In [113], the GA and the PSO algorithm have been used to optimize the unit size of the stand-alone hybrid energy system. A PSO-based approach has been proposed in [114] to solve the sizing problem of a hybrid solar photovoltaic energy system. In [115], the PSO algorithm has been applied to a new hybrid renewable energy system. In [116], the PSO algorithm has been applied to the sizing problem of the distributed energy system in micro grid.

4.2.2. Maximum Power Point Tracking

The maximum power point tracking (MPPT) on the solar photovoltaic module of the energy system is also a challenging optimization task, which aims to help the solar photovoltaic module produce maximum power output [112]. In recent years, a number of MPPT approaches have been developed. Among the proposed approaches, the PSO-based methods have demonstrated better noise immunity, which has become a popular way to track the maximum power point [8].

In [8], a tracking method has been proposed where the PSO algorithm has been used to recognize the maximum power point in the photovoltaic system with high efficiency and fast convergence rate. In [28], a PSO-based MPPT controller of the photovoltaic system has been introduced by using the direct control method. In [117], a MPPT method with an improved PSO algorithm has been presented where the steady-state oscillations are decreased when the maximum power point is found, which could reduce the tracking time. In [118], a 3-phase 4-wire current-controlled voltage source inverter with the PSO-based maximum power point tracking method has been developed where the PSO-based maximum power point tracking method searches independently while the control loops are working. The developed PSO-based maximum power point tracking method could improve the power quality and enhance the photovoltaic energy extraction ability. In [119], an improved PSO algorithm with the catastrophe theory has been introduced for maximum power point tracking [120]. In [121], a new maximum power point tracking approach with the PSO algorithm has been proposed, where the multiple photovoltaic arrays are controlled by only one pair of sensors.
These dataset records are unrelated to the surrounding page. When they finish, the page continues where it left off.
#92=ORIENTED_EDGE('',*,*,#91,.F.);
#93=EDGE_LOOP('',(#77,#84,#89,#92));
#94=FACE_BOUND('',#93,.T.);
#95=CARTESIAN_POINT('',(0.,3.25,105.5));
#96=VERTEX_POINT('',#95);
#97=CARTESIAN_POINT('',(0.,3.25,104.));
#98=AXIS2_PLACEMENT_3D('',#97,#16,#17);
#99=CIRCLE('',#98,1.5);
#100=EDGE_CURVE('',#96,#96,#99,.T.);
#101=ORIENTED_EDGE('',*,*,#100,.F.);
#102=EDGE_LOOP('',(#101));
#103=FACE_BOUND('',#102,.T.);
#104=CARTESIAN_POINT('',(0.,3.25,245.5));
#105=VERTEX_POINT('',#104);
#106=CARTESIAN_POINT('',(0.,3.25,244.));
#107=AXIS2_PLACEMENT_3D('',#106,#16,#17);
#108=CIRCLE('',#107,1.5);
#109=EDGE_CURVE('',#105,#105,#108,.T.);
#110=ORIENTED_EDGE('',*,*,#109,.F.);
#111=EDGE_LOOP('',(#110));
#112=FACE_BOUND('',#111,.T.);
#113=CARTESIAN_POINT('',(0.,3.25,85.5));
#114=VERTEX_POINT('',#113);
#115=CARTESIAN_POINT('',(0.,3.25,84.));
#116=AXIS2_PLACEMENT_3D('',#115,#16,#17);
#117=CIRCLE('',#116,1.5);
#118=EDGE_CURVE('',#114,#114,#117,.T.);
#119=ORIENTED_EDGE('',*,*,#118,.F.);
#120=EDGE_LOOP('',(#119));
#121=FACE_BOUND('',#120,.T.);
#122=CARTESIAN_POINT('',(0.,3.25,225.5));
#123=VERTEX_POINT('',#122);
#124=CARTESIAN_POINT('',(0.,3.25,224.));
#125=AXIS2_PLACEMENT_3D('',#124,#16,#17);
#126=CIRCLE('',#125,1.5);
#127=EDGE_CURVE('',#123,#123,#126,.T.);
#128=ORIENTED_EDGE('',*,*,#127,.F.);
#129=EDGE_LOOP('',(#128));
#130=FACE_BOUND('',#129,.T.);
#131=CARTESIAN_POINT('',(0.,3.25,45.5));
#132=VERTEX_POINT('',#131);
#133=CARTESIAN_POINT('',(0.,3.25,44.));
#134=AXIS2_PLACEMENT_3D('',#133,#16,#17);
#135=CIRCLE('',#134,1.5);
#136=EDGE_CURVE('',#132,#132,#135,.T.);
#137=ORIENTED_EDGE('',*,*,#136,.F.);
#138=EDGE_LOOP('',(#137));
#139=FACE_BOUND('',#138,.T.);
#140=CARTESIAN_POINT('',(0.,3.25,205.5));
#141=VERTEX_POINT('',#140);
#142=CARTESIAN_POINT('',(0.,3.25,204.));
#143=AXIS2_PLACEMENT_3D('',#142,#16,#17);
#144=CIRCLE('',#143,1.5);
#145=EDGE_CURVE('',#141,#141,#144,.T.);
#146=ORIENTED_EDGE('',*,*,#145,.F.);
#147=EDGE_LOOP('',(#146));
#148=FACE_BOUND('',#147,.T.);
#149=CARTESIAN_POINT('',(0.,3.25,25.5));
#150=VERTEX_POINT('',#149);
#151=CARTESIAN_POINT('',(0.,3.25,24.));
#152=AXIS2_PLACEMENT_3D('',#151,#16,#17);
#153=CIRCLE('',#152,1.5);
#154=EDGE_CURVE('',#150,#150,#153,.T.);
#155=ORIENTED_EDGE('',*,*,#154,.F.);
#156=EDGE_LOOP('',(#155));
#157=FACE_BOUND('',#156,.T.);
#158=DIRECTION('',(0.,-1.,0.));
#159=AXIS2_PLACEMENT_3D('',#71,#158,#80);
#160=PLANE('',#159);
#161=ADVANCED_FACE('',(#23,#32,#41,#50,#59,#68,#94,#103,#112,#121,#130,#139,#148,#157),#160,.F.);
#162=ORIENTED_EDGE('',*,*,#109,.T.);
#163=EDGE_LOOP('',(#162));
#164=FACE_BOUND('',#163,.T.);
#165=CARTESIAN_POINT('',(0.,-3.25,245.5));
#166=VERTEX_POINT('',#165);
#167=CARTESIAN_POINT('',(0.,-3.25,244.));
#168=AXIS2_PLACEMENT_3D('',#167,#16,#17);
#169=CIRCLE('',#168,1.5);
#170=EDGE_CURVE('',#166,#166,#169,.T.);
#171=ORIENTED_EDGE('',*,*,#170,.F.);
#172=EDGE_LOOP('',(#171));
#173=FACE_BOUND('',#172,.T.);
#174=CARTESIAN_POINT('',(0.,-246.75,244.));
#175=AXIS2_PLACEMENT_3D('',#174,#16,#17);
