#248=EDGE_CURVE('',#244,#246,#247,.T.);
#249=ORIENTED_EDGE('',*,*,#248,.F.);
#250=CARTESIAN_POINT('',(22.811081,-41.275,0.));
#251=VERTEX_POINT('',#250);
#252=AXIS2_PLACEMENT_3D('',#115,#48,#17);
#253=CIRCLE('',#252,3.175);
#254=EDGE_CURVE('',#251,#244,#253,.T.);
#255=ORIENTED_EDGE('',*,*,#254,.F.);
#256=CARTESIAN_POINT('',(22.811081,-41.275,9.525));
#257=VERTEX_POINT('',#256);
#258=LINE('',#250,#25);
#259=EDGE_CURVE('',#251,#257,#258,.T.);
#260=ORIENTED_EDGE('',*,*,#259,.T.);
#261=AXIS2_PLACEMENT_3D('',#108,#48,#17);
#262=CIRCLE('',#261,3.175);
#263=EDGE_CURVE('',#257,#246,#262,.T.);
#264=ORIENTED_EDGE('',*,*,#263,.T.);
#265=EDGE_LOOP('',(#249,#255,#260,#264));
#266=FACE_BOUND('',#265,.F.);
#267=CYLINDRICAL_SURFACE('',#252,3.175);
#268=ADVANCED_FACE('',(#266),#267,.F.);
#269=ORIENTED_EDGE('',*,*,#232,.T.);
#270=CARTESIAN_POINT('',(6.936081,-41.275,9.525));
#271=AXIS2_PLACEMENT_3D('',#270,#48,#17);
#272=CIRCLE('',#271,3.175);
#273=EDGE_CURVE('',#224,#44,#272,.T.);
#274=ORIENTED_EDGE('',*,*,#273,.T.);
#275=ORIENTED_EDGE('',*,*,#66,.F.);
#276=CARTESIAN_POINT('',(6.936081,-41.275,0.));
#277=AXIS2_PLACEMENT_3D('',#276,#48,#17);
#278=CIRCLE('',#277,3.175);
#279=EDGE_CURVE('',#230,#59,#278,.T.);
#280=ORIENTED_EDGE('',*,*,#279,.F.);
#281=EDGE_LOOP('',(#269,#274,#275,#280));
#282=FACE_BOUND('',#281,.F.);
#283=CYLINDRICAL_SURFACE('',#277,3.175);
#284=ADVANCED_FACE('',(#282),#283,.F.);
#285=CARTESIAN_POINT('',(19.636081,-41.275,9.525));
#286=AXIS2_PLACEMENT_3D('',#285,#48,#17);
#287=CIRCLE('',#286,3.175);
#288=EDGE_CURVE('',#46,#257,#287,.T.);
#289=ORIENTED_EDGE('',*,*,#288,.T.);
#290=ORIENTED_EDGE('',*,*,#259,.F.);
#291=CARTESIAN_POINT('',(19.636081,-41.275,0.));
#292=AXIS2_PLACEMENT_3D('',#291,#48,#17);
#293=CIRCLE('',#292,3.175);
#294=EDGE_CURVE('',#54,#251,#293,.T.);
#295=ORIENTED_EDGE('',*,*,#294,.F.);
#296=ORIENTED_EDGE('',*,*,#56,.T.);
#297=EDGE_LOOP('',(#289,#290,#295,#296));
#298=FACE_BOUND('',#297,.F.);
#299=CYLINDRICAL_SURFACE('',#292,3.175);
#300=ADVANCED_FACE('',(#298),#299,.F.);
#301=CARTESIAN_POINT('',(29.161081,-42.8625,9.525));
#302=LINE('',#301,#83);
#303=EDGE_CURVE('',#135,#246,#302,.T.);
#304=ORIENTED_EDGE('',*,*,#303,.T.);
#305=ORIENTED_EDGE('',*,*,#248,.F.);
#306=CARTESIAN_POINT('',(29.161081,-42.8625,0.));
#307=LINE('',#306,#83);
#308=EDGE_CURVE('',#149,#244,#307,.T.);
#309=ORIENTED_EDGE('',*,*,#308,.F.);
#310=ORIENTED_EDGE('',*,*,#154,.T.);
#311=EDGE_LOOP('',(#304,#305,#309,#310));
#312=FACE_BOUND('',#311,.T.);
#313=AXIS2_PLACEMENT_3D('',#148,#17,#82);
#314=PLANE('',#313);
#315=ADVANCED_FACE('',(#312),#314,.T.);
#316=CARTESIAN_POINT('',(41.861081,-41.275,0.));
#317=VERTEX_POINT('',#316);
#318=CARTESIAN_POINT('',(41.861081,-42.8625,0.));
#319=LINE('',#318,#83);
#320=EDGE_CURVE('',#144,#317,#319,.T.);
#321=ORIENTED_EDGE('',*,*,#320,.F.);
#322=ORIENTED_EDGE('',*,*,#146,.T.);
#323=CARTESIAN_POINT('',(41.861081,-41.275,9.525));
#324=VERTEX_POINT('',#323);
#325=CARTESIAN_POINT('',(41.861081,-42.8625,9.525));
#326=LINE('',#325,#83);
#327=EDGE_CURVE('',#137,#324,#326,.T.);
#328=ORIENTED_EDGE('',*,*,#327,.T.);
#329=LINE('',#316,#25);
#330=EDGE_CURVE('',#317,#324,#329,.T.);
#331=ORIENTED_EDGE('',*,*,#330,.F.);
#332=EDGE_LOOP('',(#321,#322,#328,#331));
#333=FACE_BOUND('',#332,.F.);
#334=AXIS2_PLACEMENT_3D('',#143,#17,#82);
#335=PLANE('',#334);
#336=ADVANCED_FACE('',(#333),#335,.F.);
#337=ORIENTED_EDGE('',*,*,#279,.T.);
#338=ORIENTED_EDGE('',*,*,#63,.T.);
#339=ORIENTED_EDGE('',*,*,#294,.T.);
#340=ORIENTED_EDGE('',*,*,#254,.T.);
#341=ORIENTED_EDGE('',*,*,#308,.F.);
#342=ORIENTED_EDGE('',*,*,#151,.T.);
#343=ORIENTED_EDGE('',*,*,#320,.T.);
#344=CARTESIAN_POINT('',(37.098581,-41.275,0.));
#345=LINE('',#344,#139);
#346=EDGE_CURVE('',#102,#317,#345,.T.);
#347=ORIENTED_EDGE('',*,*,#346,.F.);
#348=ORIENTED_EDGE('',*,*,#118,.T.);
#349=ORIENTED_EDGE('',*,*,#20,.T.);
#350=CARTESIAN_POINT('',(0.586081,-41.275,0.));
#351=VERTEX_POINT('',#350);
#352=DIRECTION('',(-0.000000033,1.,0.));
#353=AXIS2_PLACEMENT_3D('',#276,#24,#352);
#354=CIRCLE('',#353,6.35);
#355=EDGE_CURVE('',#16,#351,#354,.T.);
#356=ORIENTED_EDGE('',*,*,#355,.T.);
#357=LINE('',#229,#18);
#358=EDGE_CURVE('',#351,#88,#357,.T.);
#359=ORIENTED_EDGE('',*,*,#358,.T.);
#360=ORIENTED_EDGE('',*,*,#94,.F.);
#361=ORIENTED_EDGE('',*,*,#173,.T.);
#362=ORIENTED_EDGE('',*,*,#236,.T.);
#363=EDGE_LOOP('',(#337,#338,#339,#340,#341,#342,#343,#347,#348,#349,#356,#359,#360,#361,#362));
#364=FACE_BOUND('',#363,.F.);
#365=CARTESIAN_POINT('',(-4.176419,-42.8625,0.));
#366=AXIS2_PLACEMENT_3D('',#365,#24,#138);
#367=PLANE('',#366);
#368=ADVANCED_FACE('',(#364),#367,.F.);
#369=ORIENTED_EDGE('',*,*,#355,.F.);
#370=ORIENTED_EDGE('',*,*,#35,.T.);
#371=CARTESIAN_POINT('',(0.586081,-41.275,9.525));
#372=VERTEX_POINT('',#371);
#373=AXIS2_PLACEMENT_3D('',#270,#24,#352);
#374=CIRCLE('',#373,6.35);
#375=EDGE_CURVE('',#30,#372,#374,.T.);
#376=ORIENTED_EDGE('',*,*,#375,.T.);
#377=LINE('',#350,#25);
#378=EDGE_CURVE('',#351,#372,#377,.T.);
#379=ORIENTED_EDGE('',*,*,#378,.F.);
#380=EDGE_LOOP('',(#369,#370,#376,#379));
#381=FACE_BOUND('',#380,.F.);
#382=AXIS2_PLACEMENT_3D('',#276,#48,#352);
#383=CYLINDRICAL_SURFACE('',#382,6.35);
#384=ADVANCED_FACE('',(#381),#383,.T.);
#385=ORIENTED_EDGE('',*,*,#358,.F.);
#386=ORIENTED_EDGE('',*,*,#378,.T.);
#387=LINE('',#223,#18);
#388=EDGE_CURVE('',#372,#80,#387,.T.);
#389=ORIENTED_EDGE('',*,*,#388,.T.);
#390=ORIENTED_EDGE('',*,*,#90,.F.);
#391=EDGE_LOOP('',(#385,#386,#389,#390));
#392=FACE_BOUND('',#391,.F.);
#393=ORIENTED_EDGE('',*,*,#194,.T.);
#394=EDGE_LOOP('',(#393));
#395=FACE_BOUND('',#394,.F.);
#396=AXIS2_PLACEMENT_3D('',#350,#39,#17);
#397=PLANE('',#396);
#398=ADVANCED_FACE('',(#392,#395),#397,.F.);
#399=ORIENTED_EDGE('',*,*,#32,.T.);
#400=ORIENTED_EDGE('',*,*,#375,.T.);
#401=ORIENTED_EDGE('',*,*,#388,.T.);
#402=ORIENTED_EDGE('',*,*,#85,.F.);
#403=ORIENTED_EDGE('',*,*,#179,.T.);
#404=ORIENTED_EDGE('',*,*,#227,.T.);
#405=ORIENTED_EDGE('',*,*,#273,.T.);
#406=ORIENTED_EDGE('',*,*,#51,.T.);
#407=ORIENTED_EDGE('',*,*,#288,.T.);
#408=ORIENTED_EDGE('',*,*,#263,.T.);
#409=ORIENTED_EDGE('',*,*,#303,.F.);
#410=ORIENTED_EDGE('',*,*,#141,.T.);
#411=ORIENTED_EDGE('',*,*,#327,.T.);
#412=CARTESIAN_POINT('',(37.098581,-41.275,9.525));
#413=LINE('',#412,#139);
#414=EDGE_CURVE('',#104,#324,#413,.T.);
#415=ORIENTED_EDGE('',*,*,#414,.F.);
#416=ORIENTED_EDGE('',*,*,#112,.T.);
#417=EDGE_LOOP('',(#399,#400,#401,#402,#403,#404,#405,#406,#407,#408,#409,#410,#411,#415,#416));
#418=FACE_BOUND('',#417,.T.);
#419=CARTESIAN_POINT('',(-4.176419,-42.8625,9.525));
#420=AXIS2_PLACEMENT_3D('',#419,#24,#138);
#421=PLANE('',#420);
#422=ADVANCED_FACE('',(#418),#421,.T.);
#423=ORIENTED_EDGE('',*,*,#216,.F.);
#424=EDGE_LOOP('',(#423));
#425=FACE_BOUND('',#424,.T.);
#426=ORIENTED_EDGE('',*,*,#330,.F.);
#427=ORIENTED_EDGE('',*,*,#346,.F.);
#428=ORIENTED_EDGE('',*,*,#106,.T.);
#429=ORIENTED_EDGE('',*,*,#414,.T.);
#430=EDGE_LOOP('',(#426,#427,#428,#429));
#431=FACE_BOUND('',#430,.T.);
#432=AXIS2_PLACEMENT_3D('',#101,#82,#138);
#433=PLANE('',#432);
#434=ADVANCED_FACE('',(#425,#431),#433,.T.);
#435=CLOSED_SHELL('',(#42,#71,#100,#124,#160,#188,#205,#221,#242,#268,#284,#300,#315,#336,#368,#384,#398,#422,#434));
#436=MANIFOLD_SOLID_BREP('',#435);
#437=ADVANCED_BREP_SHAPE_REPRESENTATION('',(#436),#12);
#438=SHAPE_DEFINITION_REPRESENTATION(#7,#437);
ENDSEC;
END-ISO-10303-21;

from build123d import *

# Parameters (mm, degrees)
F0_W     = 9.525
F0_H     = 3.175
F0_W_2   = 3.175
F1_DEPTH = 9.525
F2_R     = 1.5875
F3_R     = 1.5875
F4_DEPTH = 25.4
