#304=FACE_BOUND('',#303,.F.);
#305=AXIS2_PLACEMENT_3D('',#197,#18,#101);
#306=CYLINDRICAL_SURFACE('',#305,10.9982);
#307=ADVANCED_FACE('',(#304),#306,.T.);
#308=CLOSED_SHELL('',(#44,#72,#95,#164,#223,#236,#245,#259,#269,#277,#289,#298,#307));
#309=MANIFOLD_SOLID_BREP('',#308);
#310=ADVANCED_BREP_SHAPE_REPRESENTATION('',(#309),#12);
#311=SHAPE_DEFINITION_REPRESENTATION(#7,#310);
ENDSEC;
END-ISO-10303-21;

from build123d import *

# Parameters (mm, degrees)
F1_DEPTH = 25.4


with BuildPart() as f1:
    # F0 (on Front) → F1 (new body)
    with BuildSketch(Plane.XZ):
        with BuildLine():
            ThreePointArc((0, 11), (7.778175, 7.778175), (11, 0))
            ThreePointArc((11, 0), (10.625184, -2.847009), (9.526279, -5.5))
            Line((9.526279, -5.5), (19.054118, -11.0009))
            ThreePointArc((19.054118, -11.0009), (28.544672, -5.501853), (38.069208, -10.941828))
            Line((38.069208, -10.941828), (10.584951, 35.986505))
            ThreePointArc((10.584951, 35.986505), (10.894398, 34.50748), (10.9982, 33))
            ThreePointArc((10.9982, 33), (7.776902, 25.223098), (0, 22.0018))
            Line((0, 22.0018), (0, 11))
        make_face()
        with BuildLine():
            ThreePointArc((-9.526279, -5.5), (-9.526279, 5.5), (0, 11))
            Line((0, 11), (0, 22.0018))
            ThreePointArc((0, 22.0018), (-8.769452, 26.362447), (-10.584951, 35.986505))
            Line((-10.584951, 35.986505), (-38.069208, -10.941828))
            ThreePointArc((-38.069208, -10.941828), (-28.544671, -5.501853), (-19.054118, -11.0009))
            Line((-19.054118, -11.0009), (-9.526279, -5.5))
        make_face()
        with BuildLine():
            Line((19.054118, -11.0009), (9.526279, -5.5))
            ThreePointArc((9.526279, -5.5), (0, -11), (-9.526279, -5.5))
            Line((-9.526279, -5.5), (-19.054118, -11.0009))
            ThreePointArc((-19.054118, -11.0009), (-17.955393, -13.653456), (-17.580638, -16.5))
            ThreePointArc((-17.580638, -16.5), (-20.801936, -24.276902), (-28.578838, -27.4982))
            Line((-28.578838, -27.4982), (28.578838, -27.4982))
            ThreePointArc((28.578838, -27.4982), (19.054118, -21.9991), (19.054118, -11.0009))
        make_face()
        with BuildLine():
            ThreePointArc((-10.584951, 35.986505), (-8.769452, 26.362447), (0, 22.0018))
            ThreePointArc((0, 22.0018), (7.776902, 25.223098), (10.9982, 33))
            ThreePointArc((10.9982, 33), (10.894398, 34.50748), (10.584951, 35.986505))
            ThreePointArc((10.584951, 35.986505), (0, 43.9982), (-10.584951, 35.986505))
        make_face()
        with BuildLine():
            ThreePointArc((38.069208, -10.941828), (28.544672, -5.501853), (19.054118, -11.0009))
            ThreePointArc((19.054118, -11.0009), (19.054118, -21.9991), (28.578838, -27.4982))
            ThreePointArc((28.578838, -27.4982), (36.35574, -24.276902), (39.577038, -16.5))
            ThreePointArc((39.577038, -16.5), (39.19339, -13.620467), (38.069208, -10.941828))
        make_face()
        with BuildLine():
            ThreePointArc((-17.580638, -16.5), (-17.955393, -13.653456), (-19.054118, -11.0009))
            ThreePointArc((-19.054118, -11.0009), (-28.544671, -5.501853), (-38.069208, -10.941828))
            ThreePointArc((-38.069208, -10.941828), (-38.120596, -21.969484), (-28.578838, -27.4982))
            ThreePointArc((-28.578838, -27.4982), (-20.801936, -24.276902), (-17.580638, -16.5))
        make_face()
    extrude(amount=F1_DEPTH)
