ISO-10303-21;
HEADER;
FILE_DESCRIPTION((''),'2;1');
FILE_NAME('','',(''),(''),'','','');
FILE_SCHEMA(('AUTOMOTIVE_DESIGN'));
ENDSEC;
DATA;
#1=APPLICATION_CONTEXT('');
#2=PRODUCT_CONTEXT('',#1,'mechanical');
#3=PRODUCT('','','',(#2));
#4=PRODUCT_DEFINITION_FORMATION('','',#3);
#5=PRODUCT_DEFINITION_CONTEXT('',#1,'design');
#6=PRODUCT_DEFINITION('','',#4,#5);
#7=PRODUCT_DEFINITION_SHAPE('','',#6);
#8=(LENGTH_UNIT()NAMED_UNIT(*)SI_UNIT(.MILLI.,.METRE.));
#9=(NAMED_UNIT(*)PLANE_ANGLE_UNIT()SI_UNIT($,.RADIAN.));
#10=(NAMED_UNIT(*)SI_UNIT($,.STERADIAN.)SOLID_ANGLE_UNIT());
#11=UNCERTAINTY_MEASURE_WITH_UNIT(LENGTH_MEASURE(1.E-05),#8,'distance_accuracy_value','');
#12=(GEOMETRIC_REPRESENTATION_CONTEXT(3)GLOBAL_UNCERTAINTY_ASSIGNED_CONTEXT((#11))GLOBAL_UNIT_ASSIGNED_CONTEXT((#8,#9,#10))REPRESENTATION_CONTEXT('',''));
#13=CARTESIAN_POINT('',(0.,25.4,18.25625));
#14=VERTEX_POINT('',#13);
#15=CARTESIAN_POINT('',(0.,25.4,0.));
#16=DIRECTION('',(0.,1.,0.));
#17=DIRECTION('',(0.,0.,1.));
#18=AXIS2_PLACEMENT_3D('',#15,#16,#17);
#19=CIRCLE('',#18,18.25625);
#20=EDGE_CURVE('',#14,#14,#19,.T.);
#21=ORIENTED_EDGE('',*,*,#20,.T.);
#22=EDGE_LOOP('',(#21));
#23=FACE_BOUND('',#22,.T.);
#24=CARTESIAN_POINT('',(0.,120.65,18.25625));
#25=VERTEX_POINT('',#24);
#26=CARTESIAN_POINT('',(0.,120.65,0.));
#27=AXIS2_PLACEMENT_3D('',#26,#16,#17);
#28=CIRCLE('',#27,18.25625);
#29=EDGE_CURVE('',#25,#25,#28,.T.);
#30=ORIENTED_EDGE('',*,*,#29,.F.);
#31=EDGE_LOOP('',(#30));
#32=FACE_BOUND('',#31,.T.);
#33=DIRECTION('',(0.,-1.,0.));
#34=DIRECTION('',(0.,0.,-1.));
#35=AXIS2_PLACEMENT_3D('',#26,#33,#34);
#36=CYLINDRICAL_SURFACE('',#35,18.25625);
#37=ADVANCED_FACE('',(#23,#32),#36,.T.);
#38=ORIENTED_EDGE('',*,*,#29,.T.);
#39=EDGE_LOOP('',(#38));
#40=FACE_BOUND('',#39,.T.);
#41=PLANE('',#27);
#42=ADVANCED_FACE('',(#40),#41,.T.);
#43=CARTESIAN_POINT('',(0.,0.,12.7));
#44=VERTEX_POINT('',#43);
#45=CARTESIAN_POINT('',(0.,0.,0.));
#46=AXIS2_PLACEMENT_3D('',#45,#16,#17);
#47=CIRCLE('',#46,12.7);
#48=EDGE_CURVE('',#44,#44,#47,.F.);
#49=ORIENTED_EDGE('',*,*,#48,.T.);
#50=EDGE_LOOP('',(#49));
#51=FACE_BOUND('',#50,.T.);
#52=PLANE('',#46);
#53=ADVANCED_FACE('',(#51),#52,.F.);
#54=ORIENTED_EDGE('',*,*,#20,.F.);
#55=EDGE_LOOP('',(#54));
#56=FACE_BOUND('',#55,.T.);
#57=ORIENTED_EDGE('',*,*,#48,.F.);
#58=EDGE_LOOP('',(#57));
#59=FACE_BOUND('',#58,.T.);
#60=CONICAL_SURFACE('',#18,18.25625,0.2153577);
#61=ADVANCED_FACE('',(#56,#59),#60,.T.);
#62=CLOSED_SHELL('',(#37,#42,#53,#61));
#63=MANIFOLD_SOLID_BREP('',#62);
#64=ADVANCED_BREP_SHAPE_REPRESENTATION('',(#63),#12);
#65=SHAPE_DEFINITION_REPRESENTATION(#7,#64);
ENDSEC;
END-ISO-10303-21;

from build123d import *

# Parameters (mm, degrees)
SKETCH1_R           = 18.25625
BOSS_EXTRUDE1_DEPTH = 120.65
CHAMFER1_SIZE       = 5.55625
CHAMFER1_SIZE2      = 25.4


with BuildPart() as part:
    # Sketch1 → Boss-Extrude1 (new body)
    with BuildSketch(Plane(origin=(0, 0, 0), x_dir=(1, 0, 0), z_dir=(0, 1, 0))):
        Circle(SKETCH1_R)
    extrude(amount=BOSS_EXTRUDE1_DEPTH)

    # Chamfer1
    chamfer1_edges = [part.edges().sort_by_distance(p)[0] for p in [
        (-18.25625, 0, 0),
    ]]
    chamfer1_side = [part.faces().sort_by_distance(p)[0] for p in [
        (0, 0, 0),
    ]]
    chamfer(chamfer1_edges, length=CHAMFER1_SIZE, length2=CHAMFER1_SIZE2, reference=chamfer1_side[0])


solid = part.part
Results show that the developed method reduces the cost and improves the efficiency of the system. In [122], an MPPT algorithm has been put forward for detecting the global maximum power, where the PSO algorithm is embedded into the artificial neural network.

4.2.3. Others

In [123], a PSO algorithm with the constriction factor and the mutation operator has been applied to solve the capacity configuration problem. The PSO algorithm has been used in [124] to identify the parameters of the photovoltaic model. In [125], a parameter optimizing method of the current control strategy for a 3-phase photovoltaic grid-connected voltage source inverter system has been proposed, where the PSO algorithm is used to tuning the current control parameters. Results show that the optimized system improves the power quality.

4.3. Power System

4.3.1. Economic Dispatch

Economic dispatch (ED) problem has become a popular research topic in the power system, which plays a crucial role in the operation and planning of the power system. The ED problem aims to adjust the output of generating units in order to meet the load requirement with the lowest cost and also satisfy the operational constraints of units as well as the system [126]. In fact, the ED problem can be treated as the optimization problem, and a large number of optimization techniques have been adopted to solve the ED problem.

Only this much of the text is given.